| At a glance | |
|---|---|
| Malware | Malicious browser extension / search hijacker (“Search for perplexity ai”) |
| Threat actor | Not attributed; operator-controlled infrastructure only |
| Targets | Chromium browser users looking for AI search tools |
| Delivery | Chrome Web Store listing spoofing Perplexity AI; look-alike domain |
| Capabilities | Default-search override, Omnibox query and keystroke capture, two-hop redirect |
| Source | Microsoft Threat Intelligence |
TL;DR
Microsoft found a fake Perplexity AI extension on the Chrome Web Store. It hijacked browser search and logged every query and keystroke. Google removed it after Microsoft reported the issue.
How the fake Perplexity AI extension spread
The add-on copied Perplexity’s branding to look real. It listed on the Chrome Web Store as “Search for perplexity ai.” Its support site used a look-alike domain that mimicked Perplexity’s real one.
After install, it opened a slick onboarding page. That page built trust and hid the changes it made to search settings.

How the search hijacking worked
The extension set itself as the browser’s default search provider. From then on, it captured what users typed in the address bar. A second setting also sent live search suggestions to the operator’s server.
So every typed character left the browser before any result loaded. As Microsoft put it, “This constitutes active user surveillance (keystroke-level capture) beyond simple search redirection.”
A two-hop redirect that hid the theft
The trick relied on two hops. First, the browser sent the query to the attacker’s domain, which logged it with headers and the user’s IP. Then a rule bounced the user to a real engine like Google or Bing.
The victim saw normal results and noticed nothing. Microsoft found the extension shipped with its own server code, which proved the logging was built in, not a side effect. The package even held disabled rules for Google and Bing, a hint at wider hijacking plans.
The build was modular by design. A background component could switch rule sets per provider on demand. That structure let one extension target Perplexity today and other engines later, with no visible change to the user.
Permissions a search tool should not need
The extension asked for network-rewriting powers through Manifest V3’s declarativeNetRequest API. A real AI search add-on has no need for those. It also allowed WebAssembly, which leaves room for future code without further review.
Who is behind it
Microsoft did not link the fake Perplexity AI extension to any named threat actor. The report points only to operator-controlled infrastructure. So attribution is not established.
Microsoft assessed the goal as search interception and data collection. It found no firm proof of credential theft. Even so, the access requested created real privacy and security risk.

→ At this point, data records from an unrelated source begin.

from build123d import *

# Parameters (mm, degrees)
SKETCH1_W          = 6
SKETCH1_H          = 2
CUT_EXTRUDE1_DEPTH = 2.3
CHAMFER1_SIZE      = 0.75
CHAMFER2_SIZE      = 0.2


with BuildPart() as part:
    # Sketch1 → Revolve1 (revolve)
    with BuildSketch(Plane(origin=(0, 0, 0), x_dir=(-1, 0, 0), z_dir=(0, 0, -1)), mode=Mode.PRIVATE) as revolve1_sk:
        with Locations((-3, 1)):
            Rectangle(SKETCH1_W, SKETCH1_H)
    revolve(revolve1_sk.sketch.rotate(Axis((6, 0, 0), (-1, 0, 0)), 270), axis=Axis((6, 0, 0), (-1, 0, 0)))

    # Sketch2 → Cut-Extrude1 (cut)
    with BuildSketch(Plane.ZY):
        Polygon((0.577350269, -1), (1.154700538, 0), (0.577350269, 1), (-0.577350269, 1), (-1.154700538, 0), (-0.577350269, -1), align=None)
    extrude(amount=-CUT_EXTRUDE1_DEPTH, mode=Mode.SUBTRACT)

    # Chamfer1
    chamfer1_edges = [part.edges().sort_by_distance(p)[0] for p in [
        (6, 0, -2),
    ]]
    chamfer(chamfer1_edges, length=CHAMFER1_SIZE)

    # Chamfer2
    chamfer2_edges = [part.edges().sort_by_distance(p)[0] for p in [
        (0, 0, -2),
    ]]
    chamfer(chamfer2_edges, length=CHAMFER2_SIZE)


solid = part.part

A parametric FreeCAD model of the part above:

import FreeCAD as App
import Part
import Sketcher

V = App.Vector
Q = App.Units.Quantity


def edges_at(feature, points):
    """Names of the edges that pass closest to the given points."""
    edges = feature.Shape.Edges
    near = lambda p: min(range(len(edges)), key=lambda i: edges[i].distToShape(Part.Vertex(*p))[0])
    return sorted({f"Edge{near(p) + 1}" for p in points})

doc = App.newDocument("Part")
body = doc.addObject("PartDesign::Body", "Body")

sketch1 = body.newObject("Sketcher::SketchObject", "Sketch")
sketch1.AttachmentSupport = (doc.getObject("XY_Plane"), [""])
sketch1.MapMode = "FlatFace"
sketch1.addGeometry(Part.LineSegment(V(6, 2, 0), V(6, 0, 0)), False)
sketch1.addGeometry(Part.LineSegment(V(6, 0, 0), V(0, 0, 0)), False)
sketch1.addGeometry(Part.LineSegment(V(0, 0, 0), V(0, 2, 0)), False)
sketch1.addGeometry(Part.LineSegment(V(0, 2, 0), V(6, 2, 0)), False)
sketch1.addConstraint(Sketcher.Constraint("Coincident", 0, 2, 1, 1))
sketch1.addConstraint(Sketcher.Constraint("Coincident", 1, 2, 2, 1))
sketch1.addConstraint(Sketcher.Constraint("Coincident", 2, 2, 3, 1))
sketch1.addConstraint(Sketcher.Constraint("Coincident", 3, 2, 0, 1))
sketch1.addConstraint(Sketcher.Constraint("Vertical", 0))
sketch1.addConstraint(Sketcher.Constraint("Horizontal", 1))
sketch1.addConstraint(Sketcher.Constraint("Vertical", 2))
sketch1.addConstraint(Sketcher.Constraint("Horizontal", 3))
sketch1.addConstraint(Sketcher.Constraint("Coincident", 1, 2, -1, 1))
sketch1.addConstraint(Sketcher.Constraint("DistanceX", 1, 2, 1, 1, Q("6 mm")))
sketch1.addConstraint(Sketcher.Constraint("DistanceY", 0, 2, 0, 1, Q("2 mm")))
revolution = body.newObject("PartDesign::Revolution", "Revolution")
revolution.Profile = sketch1
revolution.ReferenceAxis = (sketch1, ["H_Axis"])
revolution.Angle = 360

sketch2 = body.newObject("Sketcher::SketchObject", "Sketch001")
sketch2.AttachmentSupport = (doc.getObject("YZ_Plane"), [""])
sketch2.MapMode = "FlatFace"
sketch2.addGeometry(Part.LineSegment(V(-1, 0.6, 0), V(0, 1.2, 0)), False)
sketch2.addGeometry(Part.LineSegment(V(0, 1.2, 0), V(1, 0.6, 0)), False)
sketch2.addGeometry(Part.LineSegment(V(1, 0.6, 0), V(1, -0.6, 0)), False)
sketch2.addGeometry(Part.LineSegment(V(1, -0.6, 0), V(0, -1.2, 0)), False)
sketch2.addGeometry(Part.LineSegment(V(0, -1.2, 0), V(-1, -0.6, 0)), False)
sketch2.addGeometry(Part.LineSegment(V(-1, -0.6, 0), V(-1, 0.6, 0)), False)
sketch2.addConstraint(Sketcher.Constraint("Coincident", 0, 2, 1, 1))
sketch2.addConstraint(Sketcher.Constraint("Coincident", 1, 2, 2, 1))
sketch2.addConstraint(Sketcher.Constraint("Coincident", 2, 2, 3, 1))
sketch2.addConstraint(Sketcher.Constraint("Coincident", 3, 2, 4, 1))
sketch2.addConstraint(Sketcher.Constraint("Coincident", 4, 2, 5, 1))
sketch2.addConstraint(Sketcher.Constraint("Coincident", 5, 2, 0, 1))
sketch2.addConstraint(Sketcher.Constraint("Vertical", 2))
sketch2.addConstraint(Sketcher.Constraint("Vertical", 5))
sketch2.addConstraint(Sketcher.Constraint("Symmetric", 0, 2, 3, 2, -1, 1))
sketch2.addConstraint(Sketcher.Constraint("Symmetric", 1, 2, 4, 2, -1, 1))
sketch2.addConstraint(Sketcher.Constraint("PointOnObject", 0, 2, -2))
sketch2.addConstraint(Sketcher.Constraint("Parallel", 0, 3))
sketch2.addConstraint(Sketcher.Constraint("Horizontal", 2, 2, 4, 2))
sketch2.addConstraint(Sketcher.Constraint("Angle", 0, Q("30 deg")))
sketch2.addConstraint(Sketcher.Constraint("DistanceX", -1, 1, 1, 2, Q("1 mm")))
sketch2.addConstraint(Sketcher.Constraint("DistanceY", 2, 2, 2, 1, Q("1.154701 mm")))
pocket1 = body.newObject("PartDesign::Pocket", "Pocket")
pocket1.Profile = sketch2
pocket1.Length = 2.3
pocket1.Reversed = True
doc.recompute()

chamfer = body.newObject("PartDesign::Chamfer", "Chamfer")
chamfer.Base = (pocket1, edges_at(pocket1, [(6, 0, -2)]))
chamfer.Size = 0.75
doc.recompute()

chamfer2 = body.newObject("PartDesign::Chamfer", "Chamfer001")
chamfer2.Base = (chamfer, edges_at(chamfer, [(0, 0, -2)]))
chamfer2.Size = 0.2

doc.recompute()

This fits a growing wave of AI-themed extension abuse. Separately, Microsoft has tied a chat-skimming campaign to roughly 900,000 installs across more than 20,000 networks. Attackers keep using trusted AI brands to win quick installs.
How to stay protected
Audit your installed extensions and remove anything you do not recognize. Be wary of any add-on that wants to change your default search. Confirm an AI tool comes from its official vendor, not a look-alike site.
For teams, allow only approved extensions through browser policy. Then watch for changed search settings and traffic to unfamiliar search domains. User awareness training also helps, since AI branding now drives these lures.
If you ran “Search for perplexity ai,” remove it and reset your default search engine. After that, review your browsing history and recent searches for anything sensitive. Microsoft also published indicators and hunting queries that defenders can use to spot the extension and its traffic.